» **WORK ITEM**: Below are entries; output exactly the lines from the one with "f 255 256 252" to the one with "f 264 261 263", both included, and nothing else.

» **Collected data entries**:
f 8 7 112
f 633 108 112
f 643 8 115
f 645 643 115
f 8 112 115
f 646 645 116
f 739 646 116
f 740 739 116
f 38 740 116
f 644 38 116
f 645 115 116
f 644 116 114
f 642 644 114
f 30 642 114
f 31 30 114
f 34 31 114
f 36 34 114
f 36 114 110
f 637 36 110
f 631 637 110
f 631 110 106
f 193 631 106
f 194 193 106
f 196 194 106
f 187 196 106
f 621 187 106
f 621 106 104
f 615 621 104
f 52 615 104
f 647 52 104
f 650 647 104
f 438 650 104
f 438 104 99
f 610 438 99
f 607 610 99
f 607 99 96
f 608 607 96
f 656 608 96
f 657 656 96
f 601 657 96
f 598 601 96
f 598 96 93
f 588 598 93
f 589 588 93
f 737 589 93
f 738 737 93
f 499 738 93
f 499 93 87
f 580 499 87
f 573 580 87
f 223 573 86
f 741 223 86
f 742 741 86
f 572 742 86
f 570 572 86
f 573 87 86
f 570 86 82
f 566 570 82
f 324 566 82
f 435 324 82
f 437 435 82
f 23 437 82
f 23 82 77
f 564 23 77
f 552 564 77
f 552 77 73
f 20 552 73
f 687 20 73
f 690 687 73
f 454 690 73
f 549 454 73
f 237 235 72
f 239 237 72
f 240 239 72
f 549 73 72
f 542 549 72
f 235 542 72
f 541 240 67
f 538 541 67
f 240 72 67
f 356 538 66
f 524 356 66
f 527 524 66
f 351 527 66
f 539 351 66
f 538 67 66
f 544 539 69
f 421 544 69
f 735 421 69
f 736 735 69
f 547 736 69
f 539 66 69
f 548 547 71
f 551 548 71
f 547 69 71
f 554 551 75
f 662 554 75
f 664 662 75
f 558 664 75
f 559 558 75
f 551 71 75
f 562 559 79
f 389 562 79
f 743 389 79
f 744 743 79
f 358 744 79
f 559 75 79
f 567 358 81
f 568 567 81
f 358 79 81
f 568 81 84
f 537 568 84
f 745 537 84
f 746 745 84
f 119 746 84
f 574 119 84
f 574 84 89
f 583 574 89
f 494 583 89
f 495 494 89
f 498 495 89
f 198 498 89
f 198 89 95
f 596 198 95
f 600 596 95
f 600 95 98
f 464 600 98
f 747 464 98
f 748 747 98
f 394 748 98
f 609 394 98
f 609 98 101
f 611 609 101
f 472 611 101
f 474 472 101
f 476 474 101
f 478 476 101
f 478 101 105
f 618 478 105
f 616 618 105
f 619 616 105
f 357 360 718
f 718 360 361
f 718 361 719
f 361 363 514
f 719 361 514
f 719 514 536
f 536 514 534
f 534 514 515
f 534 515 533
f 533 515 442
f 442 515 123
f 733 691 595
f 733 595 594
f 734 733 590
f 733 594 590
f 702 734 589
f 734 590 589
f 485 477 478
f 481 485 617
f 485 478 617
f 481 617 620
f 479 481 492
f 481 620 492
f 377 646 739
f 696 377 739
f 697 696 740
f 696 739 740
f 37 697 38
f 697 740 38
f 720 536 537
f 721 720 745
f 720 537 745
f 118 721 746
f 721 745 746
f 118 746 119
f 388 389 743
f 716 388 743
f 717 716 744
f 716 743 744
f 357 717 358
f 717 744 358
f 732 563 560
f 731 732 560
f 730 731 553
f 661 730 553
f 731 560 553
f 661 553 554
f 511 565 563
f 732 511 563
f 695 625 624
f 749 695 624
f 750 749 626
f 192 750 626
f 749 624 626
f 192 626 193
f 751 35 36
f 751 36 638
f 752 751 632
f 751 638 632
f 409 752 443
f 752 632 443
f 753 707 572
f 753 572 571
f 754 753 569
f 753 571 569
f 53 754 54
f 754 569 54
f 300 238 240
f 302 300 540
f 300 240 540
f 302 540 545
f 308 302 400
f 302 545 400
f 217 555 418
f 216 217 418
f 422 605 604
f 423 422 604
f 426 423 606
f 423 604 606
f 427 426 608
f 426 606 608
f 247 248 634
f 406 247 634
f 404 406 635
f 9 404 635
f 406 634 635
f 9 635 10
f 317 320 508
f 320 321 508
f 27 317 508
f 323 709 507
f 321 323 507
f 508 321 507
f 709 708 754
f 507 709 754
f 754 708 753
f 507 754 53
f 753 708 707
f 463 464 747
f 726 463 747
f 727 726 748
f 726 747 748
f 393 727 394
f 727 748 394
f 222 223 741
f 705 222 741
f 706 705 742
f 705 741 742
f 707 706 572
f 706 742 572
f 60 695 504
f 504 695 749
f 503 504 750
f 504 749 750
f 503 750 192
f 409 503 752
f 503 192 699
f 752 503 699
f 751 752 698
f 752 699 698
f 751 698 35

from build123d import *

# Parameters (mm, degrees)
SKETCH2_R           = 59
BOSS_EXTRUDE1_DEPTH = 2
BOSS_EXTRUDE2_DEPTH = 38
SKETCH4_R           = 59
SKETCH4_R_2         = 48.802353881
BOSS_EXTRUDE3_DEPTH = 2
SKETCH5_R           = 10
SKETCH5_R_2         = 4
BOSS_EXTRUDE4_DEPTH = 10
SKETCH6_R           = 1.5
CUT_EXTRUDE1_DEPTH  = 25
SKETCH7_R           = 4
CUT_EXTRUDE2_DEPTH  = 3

---

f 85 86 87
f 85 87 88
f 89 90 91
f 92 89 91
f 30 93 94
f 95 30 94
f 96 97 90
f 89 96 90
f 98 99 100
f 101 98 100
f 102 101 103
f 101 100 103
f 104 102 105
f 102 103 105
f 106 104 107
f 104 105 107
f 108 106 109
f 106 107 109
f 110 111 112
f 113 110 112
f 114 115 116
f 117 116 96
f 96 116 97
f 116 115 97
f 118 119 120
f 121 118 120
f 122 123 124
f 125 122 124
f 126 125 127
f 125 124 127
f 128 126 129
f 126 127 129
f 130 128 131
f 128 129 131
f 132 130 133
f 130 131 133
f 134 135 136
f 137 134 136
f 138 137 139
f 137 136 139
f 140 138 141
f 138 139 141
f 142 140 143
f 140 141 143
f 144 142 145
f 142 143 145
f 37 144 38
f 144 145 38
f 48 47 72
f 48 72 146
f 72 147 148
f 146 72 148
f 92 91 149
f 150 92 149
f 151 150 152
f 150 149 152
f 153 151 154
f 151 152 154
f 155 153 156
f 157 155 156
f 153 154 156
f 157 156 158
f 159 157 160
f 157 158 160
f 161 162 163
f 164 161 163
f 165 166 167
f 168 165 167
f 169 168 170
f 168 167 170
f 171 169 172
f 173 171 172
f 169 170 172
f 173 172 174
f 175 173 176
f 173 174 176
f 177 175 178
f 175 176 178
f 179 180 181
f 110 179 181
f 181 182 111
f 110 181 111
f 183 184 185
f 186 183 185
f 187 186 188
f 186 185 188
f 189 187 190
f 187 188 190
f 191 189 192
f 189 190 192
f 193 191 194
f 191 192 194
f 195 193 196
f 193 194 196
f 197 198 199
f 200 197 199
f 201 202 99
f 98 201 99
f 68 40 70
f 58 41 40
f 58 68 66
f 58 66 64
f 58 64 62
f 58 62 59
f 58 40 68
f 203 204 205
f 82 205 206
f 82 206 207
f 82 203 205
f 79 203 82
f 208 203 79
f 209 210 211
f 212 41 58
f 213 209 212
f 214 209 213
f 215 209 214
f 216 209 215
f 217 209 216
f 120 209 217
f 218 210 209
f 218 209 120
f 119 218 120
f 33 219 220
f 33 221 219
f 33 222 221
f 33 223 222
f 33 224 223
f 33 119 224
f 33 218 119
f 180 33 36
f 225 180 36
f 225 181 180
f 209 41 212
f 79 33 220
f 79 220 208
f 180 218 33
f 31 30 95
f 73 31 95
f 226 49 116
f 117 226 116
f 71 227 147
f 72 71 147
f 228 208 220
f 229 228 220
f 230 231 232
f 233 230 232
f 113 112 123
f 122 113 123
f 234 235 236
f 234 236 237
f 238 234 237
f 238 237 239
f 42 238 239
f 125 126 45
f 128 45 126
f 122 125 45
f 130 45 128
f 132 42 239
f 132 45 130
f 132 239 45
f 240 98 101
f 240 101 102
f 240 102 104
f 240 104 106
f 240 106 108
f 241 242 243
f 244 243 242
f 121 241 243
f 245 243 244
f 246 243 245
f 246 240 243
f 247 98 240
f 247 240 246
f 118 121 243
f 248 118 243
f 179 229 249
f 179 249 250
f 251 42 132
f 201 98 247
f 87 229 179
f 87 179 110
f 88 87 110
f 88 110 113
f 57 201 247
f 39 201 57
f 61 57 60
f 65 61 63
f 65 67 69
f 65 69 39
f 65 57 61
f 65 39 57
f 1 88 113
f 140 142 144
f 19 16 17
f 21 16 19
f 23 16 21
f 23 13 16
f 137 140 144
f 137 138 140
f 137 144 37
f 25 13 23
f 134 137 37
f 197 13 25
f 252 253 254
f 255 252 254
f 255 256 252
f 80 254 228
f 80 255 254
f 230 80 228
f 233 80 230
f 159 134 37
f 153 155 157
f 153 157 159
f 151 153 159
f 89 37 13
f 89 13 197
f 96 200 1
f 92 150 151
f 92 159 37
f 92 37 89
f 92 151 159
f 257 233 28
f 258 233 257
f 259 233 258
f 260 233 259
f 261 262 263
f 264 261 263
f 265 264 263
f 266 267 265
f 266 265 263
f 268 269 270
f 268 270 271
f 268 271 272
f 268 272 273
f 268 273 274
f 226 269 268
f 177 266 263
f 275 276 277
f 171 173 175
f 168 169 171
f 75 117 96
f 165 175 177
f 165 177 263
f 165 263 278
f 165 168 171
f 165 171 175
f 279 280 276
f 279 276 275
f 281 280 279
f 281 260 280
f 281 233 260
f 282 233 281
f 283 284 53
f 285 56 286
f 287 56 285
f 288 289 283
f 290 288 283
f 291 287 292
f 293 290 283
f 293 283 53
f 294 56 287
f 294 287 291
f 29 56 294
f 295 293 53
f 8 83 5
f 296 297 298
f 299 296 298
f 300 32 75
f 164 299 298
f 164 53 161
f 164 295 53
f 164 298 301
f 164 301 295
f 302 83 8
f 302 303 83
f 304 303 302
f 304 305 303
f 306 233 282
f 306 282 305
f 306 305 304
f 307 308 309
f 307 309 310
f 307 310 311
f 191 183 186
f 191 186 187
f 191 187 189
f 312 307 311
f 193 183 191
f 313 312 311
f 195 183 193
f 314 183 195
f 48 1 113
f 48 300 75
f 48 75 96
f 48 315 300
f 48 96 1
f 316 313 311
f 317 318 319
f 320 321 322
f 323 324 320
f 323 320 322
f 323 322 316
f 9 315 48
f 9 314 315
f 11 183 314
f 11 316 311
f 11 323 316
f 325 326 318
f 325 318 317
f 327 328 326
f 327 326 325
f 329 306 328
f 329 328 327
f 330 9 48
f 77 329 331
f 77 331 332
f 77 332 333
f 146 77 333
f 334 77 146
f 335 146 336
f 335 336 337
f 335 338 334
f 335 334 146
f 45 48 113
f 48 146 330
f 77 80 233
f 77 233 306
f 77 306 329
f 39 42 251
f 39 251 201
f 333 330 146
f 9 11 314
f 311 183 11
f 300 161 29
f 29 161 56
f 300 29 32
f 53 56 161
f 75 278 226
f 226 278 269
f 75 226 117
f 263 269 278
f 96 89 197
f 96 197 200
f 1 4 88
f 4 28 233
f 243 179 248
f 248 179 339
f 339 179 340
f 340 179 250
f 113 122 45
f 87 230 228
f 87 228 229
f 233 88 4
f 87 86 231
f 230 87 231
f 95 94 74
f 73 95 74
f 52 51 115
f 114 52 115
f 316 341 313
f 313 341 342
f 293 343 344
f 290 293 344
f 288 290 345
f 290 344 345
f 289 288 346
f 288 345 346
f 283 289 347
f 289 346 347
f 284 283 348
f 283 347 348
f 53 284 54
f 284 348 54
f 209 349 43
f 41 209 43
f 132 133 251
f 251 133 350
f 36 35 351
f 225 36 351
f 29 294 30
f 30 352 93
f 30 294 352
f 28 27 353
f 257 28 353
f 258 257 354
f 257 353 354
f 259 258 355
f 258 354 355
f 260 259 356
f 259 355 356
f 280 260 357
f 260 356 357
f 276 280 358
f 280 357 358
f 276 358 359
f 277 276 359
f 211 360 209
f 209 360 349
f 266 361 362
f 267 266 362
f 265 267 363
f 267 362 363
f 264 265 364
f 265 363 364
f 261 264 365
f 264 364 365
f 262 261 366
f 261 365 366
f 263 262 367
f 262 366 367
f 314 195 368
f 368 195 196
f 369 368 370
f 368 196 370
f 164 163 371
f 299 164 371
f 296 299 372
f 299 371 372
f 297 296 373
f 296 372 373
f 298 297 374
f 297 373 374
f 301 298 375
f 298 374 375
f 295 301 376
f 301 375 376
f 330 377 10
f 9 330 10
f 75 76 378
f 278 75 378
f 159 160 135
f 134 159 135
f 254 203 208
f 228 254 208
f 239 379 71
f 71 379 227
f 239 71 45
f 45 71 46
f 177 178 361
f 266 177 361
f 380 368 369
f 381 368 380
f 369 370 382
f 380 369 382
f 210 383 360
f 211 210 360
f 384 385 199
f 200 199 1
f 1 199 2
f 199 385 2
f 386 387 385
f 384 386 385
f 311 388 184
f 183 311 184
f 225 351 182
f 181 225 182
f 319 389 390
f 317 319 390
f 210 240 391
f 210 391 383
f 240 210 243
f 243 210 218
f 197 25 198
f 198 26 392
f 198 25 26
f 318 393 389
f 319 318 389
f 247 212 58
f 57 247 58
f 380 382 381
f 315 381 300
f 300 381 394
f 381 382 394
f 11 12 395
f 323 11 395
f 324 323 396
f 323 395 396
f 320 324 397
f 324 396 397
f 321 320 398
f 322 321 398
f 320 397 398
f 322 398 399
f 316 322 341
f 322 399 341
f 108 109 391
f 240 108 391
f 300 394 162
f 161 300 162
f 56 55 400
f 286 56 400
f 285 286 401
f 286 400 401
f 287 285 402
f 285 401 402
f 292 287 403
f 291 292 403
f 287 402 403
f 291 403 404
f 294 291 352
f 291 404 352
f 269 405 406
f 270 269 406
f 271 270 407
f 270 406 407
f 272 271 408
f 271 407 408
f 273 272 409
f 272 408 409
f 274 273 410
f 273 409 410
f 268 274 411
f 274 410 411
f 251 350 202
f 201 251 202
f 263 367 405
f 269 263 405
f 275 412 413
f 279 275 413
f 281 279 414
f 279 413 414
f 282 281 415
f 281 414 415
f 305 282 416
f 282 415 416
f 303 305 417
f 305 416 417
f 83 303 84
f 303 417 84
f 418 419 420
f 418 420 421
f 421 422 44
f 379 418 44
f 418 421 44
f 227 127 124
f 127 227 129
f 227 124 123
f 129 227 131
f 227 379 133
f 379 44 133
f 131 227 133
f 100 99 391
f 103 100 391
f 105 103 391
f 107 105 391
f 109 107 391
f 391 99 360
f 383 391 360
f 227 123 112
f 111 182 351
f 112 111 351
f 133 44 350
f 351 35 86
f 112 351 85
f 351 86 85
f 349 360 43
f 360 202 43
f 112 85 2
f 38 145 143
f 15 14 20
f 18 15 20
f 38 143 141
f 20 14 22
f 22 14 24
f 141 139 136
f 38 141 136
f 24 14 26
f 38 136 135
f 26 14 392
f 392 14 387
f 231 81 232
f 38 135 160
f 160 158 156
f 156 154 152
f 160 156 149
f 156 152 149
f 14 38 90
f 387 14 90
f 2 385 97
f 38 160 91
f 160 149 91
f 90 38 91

» **ANSWER TO THIS PROBLEM**:
f 255 256 252
f 80 254 228
f 80 255 254
f 230 80 228
f 233 80 230
f 159 134 37
f 153 155 157
f 153 157 159
f 151 153 159
f 89 37 13
f 89 13 197
f 96 200 1
f 92 150 151
f 92 159 37
f 92 37 89
f 92 151 159
f 257 233 28
f 258 233 257
f 259 233 258
f 260 233 259
f 261 262 263
f 264 261 263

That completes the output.